2017 uk GENERAL ELECTION
The base tool was configured within three days to analyse the data and present the findings live. It scaled to over 150 tweets/second.
Interact with the graphs on the right to see how sentiment changed over time, and how turbulent the Referendum night itself was.
Sentiment analysis for UK Parties
How did we do it?
Similar to the US Presidential Eleciton, and the EU Referendum in the past, we wanted to analyse mass public opinion on the four parties. We took the concept from idea to live in 10 working days, with some modifications to the system. The tool is a reusable solution that organisations can customize to their needs: it is low cost, easy to use and quick to deliver.
- Planned and agreed desired outcome Agreed on feature prioritisation and set deadlines for our minimum viable product (MVP).
- Commenced UX Research to create initial wireframes.
- Set up the core social analytics engine.
- Analysed Twitter, searching for specific keywords (around 15 keywords referenced to the target topic).
- Python script generated for offline classification of tweets to build a corpus.
Saved data into a database (AWS Aurora dB)
including: date of tweet, language, author, content and of course, sentiment.
- To link the front end web page and the database, we made use of two Amazon Web Services tools: API Gateway and Lambda.
- From API Gateway we created a URL - which upon requesting triggers a Lambda function written in Python. The Lambda function queries the database, does some light calculations, and returns the results as JSON.
- These results make up the body of the URL’s response, which is then displayed on the webpage for the front-end to work with.
- Tweets are re-loaded into the database with the new sentiment analysis to ensure sentiment classifications are relevant for the current election.
- Created interactive front-end UI from UX wireframes.
- Integrated front-end code into SPARCK Live site.
- A couple of minor production changes for performance.
- Linked front-end code to the live system, and tested against a live stream of >300 Tweets per second to test integrity under load.
- Launched SPARCK LAB to the public through http://sparck.io/lab
What technologies did we use, and why?
Amazon Web Services (AWS) was the obvious choice for an agile, scalable, secure and cost effective environment. Prior to deploying any solution, a great deal of planning and evaluation took place in terms of the architecture, selection of technology components and all related aspects of integration. Every design was carefully reviewed and evaluated against AWS best practices and the AWS Well-Architected Framework and its pillars: Security, Reliability, Performance Efficiency and Cost Optimisation. While a full ISO 27001 ISMS (Information Security Management System) would be too much for this simple project, several advanced AWS checklists were used to ensure the AWS environment is configured in an agile standard, secure and consistent manner that allows to build up on good security and monitoring practices, regardless of future changes. Example of these best practices would include how the AWS account is configured (separate from the billing account), monitored (AWS CloudTrail/CloudWatch and external), documented (Confluence), how access is governed (complex passwords, MFA, central break-glass) and how critical data is stored (separate AWS account/off-site in a secure global repository).

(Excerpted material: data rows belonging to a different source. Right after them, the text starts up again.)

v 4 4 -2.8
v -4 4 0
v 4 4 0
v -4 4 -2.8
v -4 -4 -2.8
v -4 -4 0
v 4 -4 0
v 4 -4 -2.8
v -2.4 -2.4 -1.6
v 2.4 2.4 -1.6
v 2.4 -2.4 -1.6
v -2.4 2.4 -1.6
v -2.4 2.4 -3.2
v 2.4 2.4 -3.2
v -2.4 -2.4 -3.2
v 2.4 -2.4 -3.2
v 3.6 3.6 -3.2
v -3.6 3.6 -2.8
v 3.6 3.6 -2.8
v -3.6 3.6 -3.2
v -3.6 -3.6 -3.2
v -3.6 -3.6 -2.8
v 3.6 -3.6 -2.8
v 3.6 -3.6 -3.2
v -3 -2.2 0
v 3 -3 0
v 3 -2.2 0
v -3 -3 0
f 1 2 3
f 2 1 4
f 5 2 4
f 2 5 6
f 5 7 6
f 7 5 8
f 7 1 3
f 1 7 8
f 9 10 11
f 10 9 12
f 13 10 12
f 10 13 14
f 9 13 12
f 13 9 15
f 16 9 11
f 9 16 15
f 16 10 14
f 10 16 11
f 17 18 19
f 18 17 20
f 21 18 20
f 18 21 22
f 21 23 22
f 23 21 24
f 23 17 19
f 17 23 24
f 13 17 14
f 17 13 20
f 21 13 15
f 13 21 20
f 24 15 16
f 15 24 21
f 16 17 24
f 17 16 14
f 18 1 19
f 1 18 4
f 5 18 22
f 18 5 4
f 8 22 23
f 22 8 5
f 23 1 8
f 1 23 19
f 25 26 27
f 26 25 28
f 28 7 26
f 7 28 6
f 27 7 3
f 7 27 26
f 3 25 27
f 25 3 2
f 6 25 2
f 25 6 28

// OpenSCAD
// file: ../p/box5.scad
use <../lib.scad>
function ldraw_lib__box5() = [
// 0 Box with 5 Faces and All Edges
// 0 Name: box5.dat
// 0 Author: James Jessiman
// 0 !LDRAW_ORG Primitive UPDATE 2012-01
// 0 !LICENSE Licensed under CC BY 4.0 : see CAreadme.txt
// 
// 0 BFC CERTIFY CCW
  [0,"BFC","CERTIFY"],
  [0,"BFC","CCW"],
// 
// 0 !HISTORY 2002-04-03 [sbliss] Modified for BFC compliance
// 0 !HISTORY 2002-04-25 [PTadmin] Official Update 2002-02
// 0 !HISTORY 2007-06-24 [PTadmin] Header formatted for Contributor Agreement
// 0 !HISTORY 2008-07-01 [PTadmin] Official Update 2008-01
// 0 !HISTORY 2012-02-16 [Philo] Changed to CCW
// 0 !HISTORY 2012-03-30 [PTadmin] Official Update 2012-01
// 
// 
// 2 24 1 1 1 -1 1 1
  [2,24,1,1,1,-1,1,1],
// 2 24 -1 1 1 -1 1 -1
  [2,24,-1,1,1,-1,1,-1],
// 2 24 -1 1 -1 1 1 -1
  [2,24,-1,1,-1,1,1,-1],
// 2 24 1 1 -1 1 1 1
  [2,24,1,1,-1,1,1,1],
// 2 24 1 0 1 -1 0 1
  [2,24,1,0,1,-1,0,1],
// 2 24 -1 0 1 -1 0 -1
  [2,24,-1,0,1,-1,0,-1],
// 2 24 -1 0 -1 1 0 -1
  [2,24,-1,0,-1,1,0,-1],
// 2 24 1 0 -1 1 0 1
  [2,24,1,0,-1,1,0,1],
// 2 24 1 0 1 1 1 1
  [2,24,1,0,1,1,1,1],
// 2 24 -1 0 1 -1 1 1
  [2,24,-1,0,1,-1,1,1],
// 2 24 1 0 -1 1 1 -1
  [2,24,1,0,-1,1,1,-1],
// 2 24 -1 0 -1 -1 1 -1
  [2,24,-1,0,-1,-1,1,-1],
// 4 16 -1 1 1 1 1 1 1 1 -1 -1 1 -1
  [4,16,-1,1,1,1,1,1,1,1,-1,-1,1,-1],
// 4 16 -1 1 1 -1 0 1 1 0 1 1 1 1
  [4,16,-1,1,1,-1,0,1,1,0,1,1,1,1],
// 4 16 -1 1 -1 -1 0 -1 -1 0 1 -1 1 1
  [4,16,-1,1,-1,-1,0,-1,-1,0,1,-1,1,1],
// 4 16 1 1 -1 1 0 -1 -1 0 -1 -1 1 -1
  [4,16,1,1,-1,1,0,-1,-1,0,-1,-1,1,-1],
// 4 16 1 1 1 1 0 1 1 0 -1 1 1 -1
  [4,16,1,1,1,1,0,1,1,0,-1,1,1,-1],
];
module ldraw_lib__box5(step=0, col=false, unit=2/5, alt=false, line=0.2, solid=!$preview)
    makepoly(ldraw_lib__box5(), step=step, col=col, unit=unit, alt=alt, line=line, solid=solid);
ldraw_lib__box5(line=0.2);
// file: ../p/box4.scad
use <../lib.scad>
function ldraw_lib__box4() = [
// 0 Box with 4 Faces (2 Parallel Pairs) and All Edges
// 0 Name: box4.dat
// 0 Author: James Jessiman
// 0 !LDRAW_ORG Primitive UPDATE 2012-01
// 0 !LICENSE Licensed under CC BY 4.0 : see CAreadme.txt
// 
// 0 BFC CERTIFY CCW
  [0,"BFC","CERTIFY"],
  [0,"BFC","CCW"],
// 
// 0 !HISTORY 2002-04-03 [sbliss] Modified for BFC compliance
// 0 !HISTORY 2002-04-25 [PTadmin] Official Update 2002-02
// 0 !HISTORY 2007-06-24 [PTadmin] Header formatted for Contributor Agreement
// 0 !HISTORY 2008-07-01 [PTadmin] Official Update 2008-01
// 0 !HISTORY 2012-02-16 [Philo] Changed to CCW
// 0 !HISTORY 2012-03-30 [PTadmin] Official Update 2012-01
// 
// 
// 2 24 1 1 1 -1 1 1
  [2,24,1,1,1,-1,1,1],
// 2 24 -1 1 1 -1 1 -1
  [2,24,-1,1,1,-1,1,-1],
// 2 24 -1 1 -1 1 1 -1
  [2,24,-1,1,-1,1,1,-1],
// 2 24 1 1 -1 1 1 1
  [2,24,1,1,-1,1,1,1],
// 2 24 1 0 1 -1 0 1
  [2,24,1,0,1,-1,0,1],
// 2 24 -1 0 1 -1 0 -1
  [2,24,-1,0,1,-1,0,-1],
// 2 24 -1 0 -1 1 0 -1
  [2,24,-1,0,-1,1,0,-1],
// 2 24 1 0 -1 1 0 1
  [2,24,1,0,-1,1,0,1],
// 2 24 1 0 1 1 1 1
  [2,24,1,0,1,1,1,1],
// 2 24 -1 0 1 -1 1 1
  [2,24,-1,0,1,-1,1,1],
// 2 24 1 0 -1 1 1 -1
  [2,24,1,0,-1,1,1,-1],
// 2 24 -1 0 -1 -1 1 -1
  [2,24,-1,0,-1,-1,1,-1],
// 4 16 -1 1 1 -1 0 1 1 0 1 1 1 1
  [4,16,-1,1,1,-1,0,1,1,0,1,1,1,1],
// 4 16 -1 1 -1 -1 0 -1 -1 0 1 -1 1 1
  [4,16,-1,1,-1,-1,0,-1,-1,0,1,-1,1,1],
// 4 16 1 1 -1 1 0 -1 -1 0 -1 -1 1 -1
  [4,16,1,1,-1,1,0,-1,-1,0,-1,-1,1,-1],
// 4 16 1 1 1 1 0 1 1 0 -1 1 1 -1
  [4,16,1,1,1,1,0,1,1,0,-1,1,1,-1],
];
module ldraw_lib__box4(step=0, col=false, unit=2/5, alt=false, line=0.2, solid=!$preview)
    makepoly(ldraw_lib__box4(), step=step, col=col, unit=unit, alt=alt, line=line, solid=solid);
ldraw_lib__box4(line=0.2);
// file: s/3070bs01.scad
use <../../lib.scad>
use <../../p/box4.scad>
use <../../p/box5.scad>
function ldraw_lib__s__3070bs01() = [
// 0 ~Tile  1 x  1 with Groove without Top Face
// 0 Name: s\3070bs01.dat
// 0 Author: Chris Dee [cwdee]
// 0 !LDRAW_ORG Subpart UPDATE 2009-02
// 0 !LICENSE Licensed under CC BY 4.0 : see CAreadme.txt
// 
// 0 BFC CERTIFY CCW
  [0,"BFC","CERTIFY"],
  [0,"BFC","CCW"],
// 
// 0 !HISTORY 2009-09-03 [PTadmin] Official Update 2009-02
// 
// 
// 1 16 0 0 0 10 0 0 0 7 0 0 0 10 box4.dat
  [1,16,0,0,0,10,0,0,0,7,0,0,0,10, ldraw_lib__box4()],
// 0 BFC INVERTNEXT
  [0,"BFC","INVERTNEXT"],
// 1 16 0 8 0 6 0 0 0 -4 0 0 0 6 box5.dat
  [1,16,0,8,0,6,0,0,0,-4,0,0,0,6, ldraw_lib__box5()],
// 1 16 0 7 0 9 0 0 0 1 0 0 0 9 box4.dat
  [1,16,0,7,0,9,0,0,0,1,0,0,0,9, ldraw_lib__box4()],
// 
// 4 16 9 8 9 6 8 6 -6 8 6 -9 8 9
  [4,16,9,8,9,6,8,6,-6,8,6,-9,8,9],
// 4 16 -9 8 9 -6 8 6 -6 8 -6 -9 8 -9
  [4,16,-9,8,9,-6,8,6,-6,8,-6,-9,8,-9],
// 4 16 -9 8 -9 -6 8 -6 6 8 -6 9 8 -9
  [4,16,-9,8,-9,-6,8,-6,6,8,-6,9,8,-9],
// 4 16 9 8 -9 6 8 -6 6 8 6 9 8 9
  [4,16,9,8,-9,6,8,-6,6,8,6,9,8,9],
// 
// 4 16 10 7 10 9 7 9 -9 7 9 -10 7 10
  [4,16,10,7,10,9,7,9,-9,7,9,-10,7,10],
// 4 16 -10 7 10 -9 7 9 -9 7 -9 -10 7 -10
  [4,16,-10,7,10,-9,7,9,-9,7,-9,-10,7,-10],
// 4 16 -10 7 -10 -9 7 -9 9 7 -9 10 7 -10
  [4,16,-10,7,-10,-9,7,-9,9,7,-9,10,7,-10],
// 4 16 10 7 -10 9 7 -9 9 7 9 10 7 10
  [4,16,10,7,-10,9,7,-9,9,7,9,10,7,10],
// 0
];
module ldraw_lib__s__3070bs01(step=0, col=false, unit=2/5, alt=false, line=0.2, solid=!$preview)
    makepoly(ldraw_lib__s__3070bs01(), step=step, col=col, unit=unit, alt=alt, line=line, solid=solid);
ldraw_lib__s__3070bs01(line=0.2);
// main file
use <../lib.scad>
use <s/3070bs01.scad>
function ldraw_lib__3070bpug() = [
// 0 Tile  1 x  1 with Silver "_" Pattern
// 0 Name: 3070bpug.dat
// 0 Author: Magnus Forsberg [MagFors]
// 0 !LDRAW_ORG Part UPDATE 2015-02
// 0 !LICENSE Licensed under CC BY 4.0 : see CAreadme.txt
// 
// 0 BFC CERTIFY CCW
  [0,"BFC","CERTIFY"],
  [0,"BFC","CCW"],
// 
// 0 !KEYWORDS underscore
// 
// 0 !HISTORY 2015-12-30 [PTadmin] Official Update 2015-02
// 
// 
// 1 16 0 0 0 1 0 0 0 1 0 0 0 1 s\3070bs01.dat
  [1,16,0,0,0,1,0,0,0,1,0,0,0,1, ldraw_lib__s__3070bs01()],
// 
// 4 80 7.5 0 -5.5 -7.5 0 -5.5 -7.5 0 -7.5 7.5 0 -7.5
  [4,80,7.5,0,-5.5,-7.5,0,-5.5,-7.5,0,-7.5,7.5,0,-7.5],
// 
// 4 16 -7.5 0 -7.5 -10 0 -10 10 0 -10 7.5 0 -7.5
  [4,16,-7.5,0,-7.5,-10,0,-10,10,0,-10,7.5,0,-7.5],
// 4 16 7.5 0 -5.5 7.5 0 -7.5 10 0 -10 10 0 10
  [4,16,7.5,0,-5.5,7.5,0,-7.5,10,0,-10,10,0,10],
// 4 16 -10 0 10 -7.5 0 -5.5 7.5 0 -5.5 10 0 10
  [4,16,-10,0,10,-7.5,0,-5.5,7.5,0,-5.5,10,0,10],
// 4 16 -10 0 -10 -7.5 0 -7.5 -7.5 0 -5.5 -10 0 10
  [4,16,-10,0,-10,-7.5,0,-7.5,-7.5,0,-5.5,-10,0,10],
];
module ldraw_lib__3070bpug(step=0, col=false, unit=2/5, alt=false, line=0.2, solid=!$preview)
    makepoly(ldraw_lib__3070bpug(), step=step, col=col, unit=unit, alt=alt, line=line, solid=solid);
ldraw_lib__3070bpug(line=0.2);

Aurora RDS was chosen, as it is an AWS database engine that combines speed and high-reliability with simplicity and cost-effectiveness. It delivers up to five times the throughput of a standard MySql database running on the same hardware. (source: Amazon – AWS).
Out of the box monitoring CloudTrail was enabled on a Global level (in case any future services would be used, in other regions, thus avoiding any potential future gaps in logging) and security kept in an AWS S3 bucket with MFA delete protection and life cycle archiving. As such each API call is logged and each log entry is validated through the use of digest files, thus allowing to detect whether any log files were changed, deleted of modified since its delivery.
Cloud Watch was used for alarms and notification, as it allows for alerting through alarms and the build in Simple Notification Service.
In short, the chosen technologies allow for an agile environment that is secure, high-performant, elastic and extremely cost effective.